ACTION ITEM → The line containing "#150=ADVANCED_BREP_SHAPE_REPRESENTATION('',(#149),#12);" marks where to begin. Write out that line and every line after it exactly, through the last line below.

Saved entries
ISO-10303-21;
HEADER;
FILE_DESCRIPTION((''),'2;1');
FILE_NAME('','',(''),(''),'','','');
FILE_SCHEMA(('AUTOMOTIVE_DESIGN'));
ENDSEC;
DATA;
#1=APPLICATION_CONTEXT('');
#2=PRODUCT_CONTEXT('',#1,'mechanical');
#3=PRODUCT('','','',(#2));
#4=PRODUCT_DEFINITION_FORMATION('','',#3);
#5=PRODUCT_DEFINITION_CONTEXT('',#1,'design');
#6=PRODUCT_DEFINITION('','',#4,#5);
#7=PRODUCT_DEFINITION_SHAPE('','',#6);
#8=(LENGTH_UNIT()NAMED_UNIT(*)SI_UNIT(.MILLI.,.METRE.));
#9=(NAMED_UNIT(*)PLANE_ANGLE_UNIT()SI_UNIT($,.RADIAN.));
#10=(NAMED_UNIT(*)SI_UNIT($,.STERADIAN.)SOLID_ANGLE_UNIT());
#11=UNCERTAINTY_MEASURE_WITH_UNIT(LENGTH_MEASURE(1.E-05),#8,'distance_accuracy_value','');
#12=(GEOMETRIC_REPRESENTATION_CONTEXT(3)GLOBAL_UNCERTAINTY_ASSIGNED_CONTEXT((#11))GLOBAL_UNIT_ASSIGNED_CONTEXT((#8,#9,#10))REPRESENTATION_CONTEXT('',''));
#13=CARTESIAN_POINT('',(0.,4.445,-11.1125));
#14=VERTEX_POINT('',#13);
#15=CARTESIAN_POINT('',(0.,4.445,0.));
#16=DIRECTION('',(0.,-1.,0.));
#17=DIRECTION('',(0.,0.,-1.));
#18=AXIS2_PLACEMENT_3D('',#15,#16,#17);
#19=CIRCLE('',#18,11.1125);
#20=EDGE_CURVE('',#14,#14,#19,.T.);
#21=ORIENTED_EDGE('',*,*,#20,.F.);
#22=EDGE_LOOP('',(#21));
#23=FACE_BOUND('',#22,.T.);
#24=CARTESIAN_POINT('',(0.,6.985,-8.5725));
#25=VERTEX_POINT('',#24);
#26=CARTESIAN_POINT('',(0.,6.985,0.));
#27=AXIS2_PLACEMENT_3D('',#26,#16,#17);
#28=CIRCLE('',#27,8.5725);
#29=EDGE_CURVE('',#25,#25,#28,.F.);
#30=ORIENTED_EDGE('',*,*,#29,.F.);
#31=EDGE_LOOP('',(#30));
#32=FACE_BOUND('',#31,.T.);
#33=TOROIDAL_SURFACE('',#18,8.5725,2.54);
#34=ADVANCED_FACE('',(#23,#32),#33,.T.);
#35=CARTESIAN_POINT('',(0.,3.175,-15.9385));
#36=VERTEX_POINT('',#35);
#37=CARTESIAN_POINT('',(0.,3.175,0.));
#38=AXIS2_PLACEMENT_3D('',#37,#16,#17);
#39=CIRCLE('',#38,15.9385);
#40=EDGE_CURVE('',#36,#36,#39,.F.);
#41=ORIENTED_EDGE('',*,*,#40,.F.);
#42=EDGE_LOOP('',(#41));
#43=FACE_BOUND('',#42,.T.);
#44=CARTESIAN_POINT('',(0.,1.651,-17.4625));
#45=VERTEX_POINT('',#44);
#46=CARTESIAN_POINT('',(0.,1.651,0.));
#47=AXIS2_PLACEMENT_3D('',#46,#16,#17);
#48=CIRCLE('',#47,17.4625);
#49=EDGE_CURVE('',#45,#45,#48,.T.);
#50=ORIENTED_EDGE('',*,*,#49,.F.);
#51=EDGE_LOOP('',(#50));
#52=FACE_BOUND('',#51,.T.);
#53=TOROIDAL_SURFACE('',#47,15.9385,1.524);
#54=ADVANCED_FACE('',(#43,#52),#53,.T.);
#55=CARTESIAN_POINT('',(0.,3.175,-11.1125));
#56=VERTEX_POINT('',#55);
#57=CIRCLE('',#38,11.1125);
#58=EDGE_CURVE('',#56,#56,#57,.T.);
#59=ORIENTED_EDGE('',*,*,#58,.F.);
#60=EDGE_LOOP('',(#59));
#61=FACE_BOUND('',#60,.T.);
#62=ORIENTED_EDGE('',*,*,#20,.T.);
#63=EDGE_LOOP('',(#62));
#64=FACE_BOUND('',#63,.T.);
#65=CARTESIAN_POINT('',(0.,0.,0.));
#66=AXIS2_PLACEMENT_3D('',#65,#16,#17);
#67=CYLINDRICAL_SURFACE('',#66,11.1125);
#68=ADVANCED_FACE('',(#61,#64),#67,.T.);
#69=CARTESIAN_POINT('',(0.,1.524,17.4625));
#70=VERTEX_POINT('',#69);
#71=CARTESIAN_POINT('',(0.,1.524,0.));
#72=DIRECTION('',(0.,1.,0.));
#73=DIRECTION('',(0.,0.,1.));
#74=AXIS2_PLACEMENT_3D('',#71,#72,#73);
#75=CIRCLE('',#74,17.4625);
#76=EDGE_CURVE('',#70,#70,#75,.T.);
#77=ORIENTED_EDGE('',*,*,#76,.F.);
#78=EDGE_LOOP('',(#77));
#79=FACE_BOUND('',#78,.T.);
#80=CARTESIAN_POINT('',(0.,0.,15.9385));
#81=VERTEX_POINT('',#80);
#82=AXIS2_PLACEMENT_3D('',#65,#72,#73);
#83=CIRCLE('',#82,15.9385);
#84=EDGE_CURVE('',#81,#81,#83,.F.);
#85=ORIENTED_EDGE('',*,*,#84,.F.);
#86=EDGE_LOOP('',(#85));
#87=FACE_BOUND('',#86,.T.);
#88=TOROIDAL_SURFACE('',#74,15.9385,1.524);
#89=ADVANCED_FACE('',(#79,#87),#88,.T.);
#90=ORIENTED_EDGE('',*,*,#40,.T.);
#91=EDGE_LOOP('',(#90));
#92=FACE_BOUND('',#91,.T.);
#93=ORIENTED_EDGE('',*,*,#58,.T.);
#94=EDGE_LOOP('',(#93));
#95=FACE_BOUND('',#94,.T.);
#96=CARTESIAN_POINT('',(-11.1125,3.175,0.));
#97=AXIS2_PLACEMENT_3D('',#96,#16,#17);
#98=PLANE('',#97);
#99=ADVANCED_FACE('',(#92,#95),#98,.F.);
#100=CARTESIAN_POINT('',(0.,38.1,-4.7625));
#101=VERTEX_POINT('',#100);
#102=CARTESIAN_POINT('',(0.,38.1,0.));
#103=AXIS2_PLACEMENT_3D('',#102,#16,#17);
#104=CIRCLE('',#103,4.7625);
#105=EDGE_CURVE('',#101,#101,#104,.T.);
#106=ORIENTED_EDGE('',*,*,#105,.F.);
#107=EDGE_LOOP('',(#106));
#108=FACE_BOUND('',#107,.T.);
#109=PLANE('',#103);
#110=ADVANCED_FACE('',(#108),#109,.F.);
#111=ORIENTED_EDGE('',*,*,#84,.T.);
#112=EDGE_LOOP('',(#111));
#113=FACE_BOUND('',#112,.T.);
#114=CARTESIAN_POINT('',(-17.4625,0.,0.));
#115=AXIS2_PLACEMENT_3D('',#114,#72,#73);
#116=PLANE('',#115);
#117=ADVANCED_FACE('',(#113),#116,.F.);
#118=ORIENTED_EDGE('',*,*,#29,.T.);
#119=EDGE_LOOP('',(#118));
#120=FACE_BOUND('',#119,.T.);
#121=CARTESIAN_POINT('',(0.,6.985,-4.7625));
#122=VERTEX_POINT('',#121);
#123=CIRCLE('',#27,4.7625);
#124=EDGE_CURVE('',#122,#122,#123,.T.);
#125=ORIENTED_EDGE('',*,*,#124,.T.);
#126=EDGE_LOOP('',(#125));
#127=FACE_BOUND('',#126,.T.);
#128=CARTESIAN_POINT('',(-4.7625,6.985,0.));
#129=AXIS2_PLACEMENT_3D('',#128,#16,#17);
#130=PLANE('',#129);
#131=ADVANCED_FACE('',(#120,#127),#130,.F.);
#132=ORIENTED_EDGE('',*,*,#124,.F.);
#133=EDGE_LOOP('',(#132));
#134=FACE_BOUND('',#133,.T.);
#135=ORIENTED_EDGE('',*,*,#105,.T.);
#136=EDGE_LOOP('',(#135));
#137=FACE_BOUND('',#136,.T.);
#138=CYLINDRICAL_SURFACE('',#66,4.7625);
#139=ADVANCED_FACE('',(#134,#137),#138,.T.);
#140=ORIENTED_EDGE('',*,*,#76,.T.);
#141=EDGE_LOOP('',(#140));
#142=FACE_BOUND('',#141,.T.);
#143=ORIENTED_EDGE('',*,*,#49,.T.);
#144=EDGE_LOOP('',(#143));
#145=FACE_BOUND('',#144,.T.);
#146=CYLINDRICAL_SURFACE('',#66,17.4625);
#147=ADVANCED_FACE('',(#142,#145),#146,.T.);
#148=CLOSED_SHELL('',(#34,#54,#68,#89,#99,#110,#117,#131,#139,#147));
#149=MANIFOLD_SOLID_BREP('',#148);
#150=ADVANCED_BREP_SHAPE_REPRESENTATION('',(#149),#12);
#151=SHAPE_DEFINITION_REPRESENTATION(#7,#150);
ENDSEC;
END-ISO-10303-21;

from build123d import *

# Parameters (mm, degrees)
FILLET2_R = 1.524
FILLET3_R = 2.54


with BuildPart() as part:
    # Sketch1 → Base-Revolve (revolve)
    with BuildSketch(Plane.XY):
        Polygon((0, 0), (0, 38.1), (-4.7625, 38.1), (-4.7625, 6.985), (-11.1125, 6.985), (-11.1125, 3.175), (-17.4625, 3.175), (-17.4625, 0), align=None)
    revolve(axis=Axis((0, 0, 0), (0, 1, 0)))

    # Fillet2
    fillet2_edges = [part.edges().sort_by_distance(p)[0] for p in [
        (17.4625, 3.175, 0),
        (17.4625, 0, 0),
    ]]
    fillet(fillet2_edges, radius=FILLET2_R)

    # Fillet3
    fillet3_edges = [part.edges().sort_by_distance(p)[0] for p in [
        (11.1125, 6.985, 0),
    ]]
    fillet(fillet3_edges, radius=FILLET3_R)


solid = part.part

RESPONSE →
#150=ADVANCED_BREP_SHAPE_REPRESENTATION('',(#149),#12);
#151=SHAPE_DEFINITION_REPRESENTATION(#7,#150);
ENDSEC;
END-ISO-10303-21;

from build123d import *

# Parameters (mm, degrees)
FILLET2_R = 1.524
FILLET3_R = 2.54


with BuildPart() as part:
    # Sketch1 → Base-Revolve (revolve)
    with BuildSketch(Plane.XY):
        Polygon((0, 0), (0, 38.1), (-4.7625, 38.1), (-4.7625, 6.985), (-11.1125, 6.985), (-11.1125, 3.175), (-17.4625, 3.175), (-17.4625, 0), align=None)
    revolve(axis=Axis((0, 0, 0), (0, 1, 0)))

    # Fillet2
    fillet2_edges = [part.edges().sort_by_distance(p)[0] for p in [
        (17.4625, 3.175, 0),
        (17.4625, 0, 0),
    ]]
    fillet(fillet2_edges, radius=FILLET2_R)

    # Fillet3
    fillet3_edges = [part.edges().sort_by_distance(p)[0] for p in [
        (11.1125, 6.985, 0),
    ]]
    fillet(fillet3_edges, radius=FILLET3_R)


solid = part.part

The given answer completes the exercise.